The mandalas do suit the vaguely new-agey message that the film seems to want to deliver. This includes a not-too-heavy-handed environmental sermon about the dangers of pollution and DNA damage. Then there's the more than a little touchy-feely moral of the story, which seems to be that innocence and childhood purity are both the figurative and literal salvation of the world.

Just don't let the FBI or Homeland Security hear about it. Everything is a terrorist plot to them. The wholesome Wilder family comes under scrutiny after a "generator" the children help form from the space objects blacks out much of Seattle. Soon SWAT teams are raiding the place and the family is hauled off to a research facility by a Homeland Security wonk named Broadman (Michael Clarke Duncan) for interrogation and detention.

I know that it hearkens (a little too obviously) back to E.T., but the Homeland Security subplot is by far and away the weakest aspect of the film. Duncan is unconvincing as a former Justice Department bureaucrat now in charge of the security of the Pacific Northwest. And his investigation of the "toys" the Wilder children found also leads to the most awkward and ludicrous product placement I've seen in a movie in a long time. When scientists do a deep scan of the dear little Mimzy doll, they are dumbfounded by the nanotechnology they find. The doll contains a cyborgian nervous system that is beyond their wildest dreams. But in the middle of one circuit board is the glowing logo of Intel.

I hope Intel paid a lot for that placement. "Intel Inside" everything eons into the future? From Mimzy's embroidered lips to God's ear, sayeth the company CEO!

By the time we reach the FBI secret lab, we know that the plot is quickly spiraling away from anything resembling the original story. This is a disappointment, but not really surprising.

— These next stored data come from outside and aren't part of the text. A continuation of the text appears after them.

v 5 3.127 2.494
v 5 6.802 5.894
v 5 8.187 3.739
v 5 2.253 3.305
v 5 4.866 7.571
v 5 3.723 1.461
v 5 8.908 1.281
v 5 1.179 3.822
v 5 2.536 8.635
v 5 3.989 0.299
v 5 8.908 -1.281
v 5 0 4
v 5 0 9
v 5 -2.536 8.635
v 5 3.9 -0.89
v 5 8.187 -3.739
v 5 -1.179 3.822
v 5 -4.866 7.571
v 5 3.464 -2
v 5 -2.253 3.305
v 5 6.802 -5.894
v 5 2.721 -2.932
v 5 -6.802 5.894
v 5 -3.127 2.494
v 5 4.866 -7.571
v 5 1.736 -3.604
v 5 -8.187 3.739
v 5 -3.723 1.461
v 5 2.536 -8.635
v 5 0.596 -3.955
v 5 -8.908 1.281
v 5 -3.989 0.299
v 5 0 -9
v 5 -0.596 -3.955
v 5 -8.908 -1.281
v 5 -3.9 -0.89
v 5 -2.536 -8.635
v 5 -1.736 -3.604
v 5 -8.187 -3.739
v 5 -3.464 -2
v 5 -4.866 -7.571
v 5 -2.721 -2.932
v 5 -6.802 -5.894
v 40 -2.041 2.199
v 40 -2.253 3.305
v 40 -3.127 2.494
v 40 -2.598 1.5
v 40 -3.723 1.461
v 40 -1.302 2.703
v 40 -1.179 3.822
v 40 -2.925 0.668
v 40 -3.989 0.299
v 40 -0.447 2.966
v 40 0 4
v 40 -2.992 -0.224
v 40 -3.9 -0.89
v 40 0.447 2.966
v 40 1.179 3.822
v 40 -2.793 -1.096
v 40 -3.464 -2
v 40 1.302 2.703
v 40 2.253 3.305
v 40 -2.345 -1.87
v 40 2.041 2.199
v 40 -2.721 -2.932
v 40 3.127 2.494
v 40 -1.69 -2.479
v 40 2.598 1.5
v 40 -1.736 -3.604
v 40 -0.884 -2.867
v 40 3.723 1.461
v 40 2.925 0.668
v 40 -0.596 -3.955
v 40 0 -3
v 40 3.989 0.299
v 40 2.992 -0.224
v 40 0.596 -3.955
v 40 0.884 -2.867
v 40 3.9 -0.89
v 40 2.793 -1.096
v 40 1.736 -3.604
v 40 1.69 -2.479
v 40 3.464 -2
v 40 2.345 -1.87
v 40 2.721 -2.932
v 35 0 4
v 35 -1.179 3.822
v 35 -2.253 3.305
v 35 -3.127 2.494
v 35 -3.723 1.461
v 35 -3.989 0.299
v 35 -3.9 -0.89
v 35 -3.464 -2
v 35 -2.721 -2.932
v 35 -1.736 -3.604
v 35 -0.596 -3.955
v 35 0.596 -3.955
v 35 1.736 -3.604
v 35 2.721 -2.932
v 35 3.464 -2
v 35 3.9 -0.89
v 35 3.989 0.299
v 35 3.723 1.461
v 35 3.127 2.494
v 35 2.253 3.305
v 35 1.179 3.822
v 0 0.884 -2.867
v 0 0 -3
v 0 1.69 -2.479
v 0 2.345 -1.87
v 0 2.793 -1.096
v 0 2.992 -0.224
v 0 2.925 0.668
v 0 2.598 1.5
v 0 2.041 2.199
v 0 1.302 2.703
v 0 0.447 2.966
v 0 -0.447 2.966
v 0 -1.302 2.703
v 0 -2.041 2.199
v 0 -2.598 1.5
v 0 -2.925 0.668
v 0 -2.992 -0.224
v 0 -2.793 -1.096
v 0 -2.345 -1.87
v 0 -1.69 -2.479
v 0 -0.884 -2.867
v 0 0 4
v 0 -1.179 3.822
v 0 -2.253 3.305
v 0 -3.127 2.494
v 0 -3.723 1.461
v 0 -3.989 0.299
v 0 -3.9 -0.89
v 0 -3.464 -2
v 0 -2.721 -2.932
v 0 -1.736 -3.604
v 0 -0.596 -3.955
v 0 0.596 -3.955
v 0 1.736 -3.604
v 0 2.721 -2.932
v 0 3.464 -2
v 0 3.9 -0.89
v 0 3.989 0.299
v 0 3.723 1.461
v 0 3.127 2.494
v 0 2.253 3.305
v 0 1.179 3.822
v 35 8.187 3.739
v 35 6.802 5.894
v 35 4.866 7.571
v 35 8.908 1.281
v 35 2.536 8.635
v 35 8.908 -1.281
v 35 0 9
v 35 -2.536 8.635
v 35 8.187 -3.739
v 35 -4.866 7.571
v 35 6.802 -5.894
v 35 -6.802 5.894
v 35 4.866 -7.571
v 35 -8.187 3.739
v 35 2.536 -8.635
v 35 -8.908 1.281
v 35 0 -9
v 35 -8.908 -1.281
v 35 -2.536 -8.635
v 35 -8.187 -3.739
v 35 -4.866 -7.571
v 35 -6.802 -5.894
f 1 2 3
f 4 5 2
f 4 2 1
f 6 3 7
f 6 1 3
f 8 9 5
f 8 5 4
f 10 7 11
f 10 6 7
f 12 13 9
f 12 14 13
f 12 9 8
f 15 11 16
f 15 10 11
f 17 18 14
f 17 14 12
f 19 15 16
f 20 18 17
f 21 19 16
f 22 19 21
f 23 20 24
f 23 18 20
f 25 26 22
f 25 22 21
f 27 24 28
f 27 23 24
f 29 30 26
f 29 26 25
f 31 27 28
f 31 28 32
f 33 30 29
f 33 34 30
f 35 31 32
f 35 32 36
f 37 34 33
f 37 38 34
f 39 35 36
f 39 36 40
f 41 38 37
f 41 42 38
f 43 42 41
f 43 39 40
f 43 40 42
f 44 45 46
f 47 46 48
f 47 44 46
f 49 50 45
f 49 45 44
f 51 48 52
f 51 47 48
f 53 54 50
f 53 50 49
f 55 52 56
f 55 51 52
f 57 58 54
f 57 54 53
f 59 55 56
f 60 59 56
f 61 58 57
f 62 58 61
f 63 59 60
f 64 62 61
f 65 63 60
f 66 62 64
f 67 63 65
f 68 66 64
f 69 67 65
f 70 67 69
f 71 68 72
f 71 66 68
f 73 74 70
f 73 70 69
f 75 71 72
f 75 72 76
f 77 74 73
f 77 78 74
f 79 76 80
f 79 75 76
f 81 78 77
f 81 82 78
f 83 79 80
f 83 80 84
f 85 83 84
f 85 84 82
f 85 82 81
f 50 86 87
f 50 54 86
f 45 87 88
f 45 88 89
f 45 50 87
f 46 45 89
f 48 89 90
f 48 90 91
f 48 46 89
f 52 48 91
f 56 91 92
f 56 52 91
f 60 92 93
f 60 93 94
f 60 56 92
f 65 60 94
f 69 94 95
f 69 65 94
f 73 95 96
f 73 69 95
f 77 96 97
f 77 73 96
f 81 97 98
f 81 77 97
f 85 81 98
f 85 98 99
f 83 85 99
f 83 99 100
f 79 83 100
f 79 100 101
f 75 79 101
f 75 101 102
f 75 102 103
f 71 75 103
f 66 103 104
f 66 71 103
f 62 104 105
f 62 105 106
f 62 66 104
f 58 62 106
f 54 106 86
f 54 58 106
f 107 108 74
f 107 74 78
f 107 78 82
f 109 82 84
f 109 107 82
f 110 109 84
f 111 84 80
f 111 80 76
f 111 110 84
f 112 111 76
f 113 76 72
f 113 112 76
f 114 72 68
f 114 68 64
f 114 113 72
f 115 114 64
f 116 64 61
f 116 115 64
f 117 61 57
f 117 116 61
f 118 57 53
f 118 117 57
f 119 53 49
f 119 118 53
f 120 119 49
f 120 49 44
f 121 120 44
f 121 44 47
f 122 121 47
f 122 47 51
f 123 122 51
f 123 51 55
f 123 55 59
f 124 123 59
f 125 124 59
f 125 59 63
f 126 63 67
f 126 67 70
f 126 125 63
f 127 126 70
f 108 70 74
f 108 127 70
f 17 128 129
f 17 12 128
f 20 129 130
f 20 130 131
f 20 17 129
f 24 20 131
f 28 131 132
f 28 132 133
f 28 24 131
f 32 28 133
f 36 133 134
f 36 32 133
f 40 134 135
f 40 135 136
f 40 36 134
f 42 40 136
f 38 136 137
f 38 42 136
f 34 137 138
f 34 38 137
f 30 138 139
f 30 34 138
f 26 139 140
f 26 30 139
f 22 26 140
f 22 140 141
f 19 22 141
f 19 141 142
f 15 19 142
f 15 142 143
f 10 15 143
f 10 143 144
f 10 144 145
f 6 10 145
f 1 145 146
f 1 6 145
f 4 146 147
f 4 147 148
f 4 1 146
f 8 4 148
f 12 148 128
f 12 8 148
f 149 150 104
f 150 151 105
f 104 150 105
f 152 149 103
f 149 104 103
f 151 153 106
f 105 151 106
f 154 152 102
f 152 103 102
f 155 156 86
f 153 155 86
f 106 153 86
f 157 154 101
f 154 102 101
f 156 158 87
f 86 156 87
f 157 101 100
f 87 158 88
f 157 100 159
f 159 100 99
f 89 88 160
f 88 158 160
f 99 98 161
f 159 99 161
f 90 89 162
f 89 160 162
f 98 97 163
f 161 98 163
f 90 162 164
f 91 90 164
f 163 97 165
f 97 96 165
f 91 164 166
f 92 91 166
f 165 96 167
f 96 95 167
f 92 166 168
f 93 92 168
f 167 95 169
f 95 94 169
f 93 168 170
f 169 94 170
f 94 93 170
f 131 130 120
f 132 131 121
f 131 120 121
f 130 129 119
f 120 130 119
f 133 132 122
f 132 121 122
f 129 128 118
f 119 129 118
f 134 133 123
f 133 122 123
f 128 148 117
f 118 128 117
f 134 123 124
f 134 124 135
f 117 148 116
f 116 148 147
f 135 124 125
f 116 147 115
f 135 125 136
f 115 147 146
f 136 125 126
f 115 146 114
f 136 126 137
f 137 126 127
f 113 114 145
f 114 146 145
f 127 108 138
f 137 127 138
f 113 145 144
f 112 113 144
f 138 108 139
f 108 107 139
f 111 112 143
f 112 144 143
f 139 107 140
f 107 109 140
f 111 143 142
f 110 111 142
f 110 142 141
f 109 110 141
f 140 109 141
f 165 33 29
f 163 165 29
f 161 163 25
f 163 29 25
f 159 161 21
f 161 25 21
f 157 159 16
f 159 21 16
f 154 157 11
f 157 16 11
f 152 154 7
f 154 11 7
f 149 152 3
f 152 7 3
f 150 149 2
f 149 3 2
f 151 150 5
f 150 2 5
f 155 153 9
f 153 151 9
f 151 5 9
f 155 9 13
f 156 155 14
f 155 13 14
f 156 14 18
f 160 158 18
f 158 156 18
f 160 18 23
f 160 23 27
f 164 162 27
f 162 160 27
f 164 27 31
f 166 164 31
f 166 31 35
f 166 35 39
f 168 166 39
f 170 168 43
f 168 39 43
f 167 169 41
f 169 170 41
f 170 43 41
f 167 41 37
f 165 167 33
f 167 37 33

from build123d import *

# Parameters (mm, degrees)
SKETCH1_R           = 9
SKETCH1_R_2         = 3
BOSS_EXTRUDE1_DEPTH = 40
SKETCH2_W           = 5
SKETCH2_H           = 5


with BuildPart() as part:
    # Sketch1 → Boss-Extrude1 (new body)
    with BuildSketch(Plane(origin=(0, 0, 0), x_dir=(0, 0, -1), z_dir=(1, 0, 0))):
        Circle(SKETCH1_R)
        Circle(SKETCH1_R_2, mode=Mode.SUBTRACT)
    extrude(amount=BOSS_EXTRUDE1_DEPTH)

    # Sketch2 → Cut-Revolve1 (revolve, cut)
    with BuildSketch(Plane.XY, mode=Mode.PRIVATE) as cut_revolve1_sk:
        with Locations((2.5, 6.5)):
            Rectangle(SKETCH2_W, SKETCH2_H)
        with Locations((37.5, 6.5)):
            Rectangle(SKETCH2_W, SKETCH2_H)
    revolve(cut_revolve1_sk.sketch.rotate(Axis((0, 0, 0), (1, 0, 0)), 90), axis=Axis((0, 0, 0), (1, 0, 0)), mode=Mode.SUBTRACT)


solid = part.part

For all its wonder, the Padgett story is really a tale of horror—at least for adult readers. The fear and dread of the grownups in the story, from the concerned parents to the visiting kiddie shrink, builds to the concluding scene where a bereft father tries to fathom what has just befallen him. Children view a "through the looking glass" escape from parental and social controls differently, but since a truly tidy resolution is never offered, they too might find the story unsettling, if memorable.

It is therefore understandable that Hollywood went for a more conventional happy ending to their version. Fine, I have no problem with a little hyperbolic wonderment FX whiz-bang to conclude our familial story, followed by a golden scene of flying future children at baby Buddha day camp. But was it really necessary that the filmmakers expunge so much of what made the Padgett story memorable?

Specifically, I was quite offended that the film made absolutely nothing of the Lewis Carroll connection. (The title shift should have warned me that this was coming.) The idea that "Jabberwocky" is actually a coded equation to breaking through to the next dimension is just such a fabulous concept! Along with that, there's the story's suggestion that the original Alice's childish ramblings were actually her attempt to learn and use what earlier time-traveling "toys" had to teach. But, alas, she was just too old to make a complete connection to a new way of thinking, seeing, and being. (A poignant commentary on the downside of "human development.")

The fact is that these ideas from the story could easily have been worked into the movie. However, the film was just too busy with Tibetan imagery and product placement to bother with such a literary homage. Perhaps they believed that movie viewers of 2007 would have no idea who Lewis Carroll is, but if that was the case, why do they depict Emma's babysitter showing Emma the poem and a picture of Alice with a Mimzy twin? Nothing is made of this moment, and the scene quickly dissolves into one of the movie's more comical bits, when Emma shares her ability to atomize her hand—in a manner very reminiscent of the cover of James Frey's pilloried "memoir"—with the appalled sitter, who runs screaming from the house.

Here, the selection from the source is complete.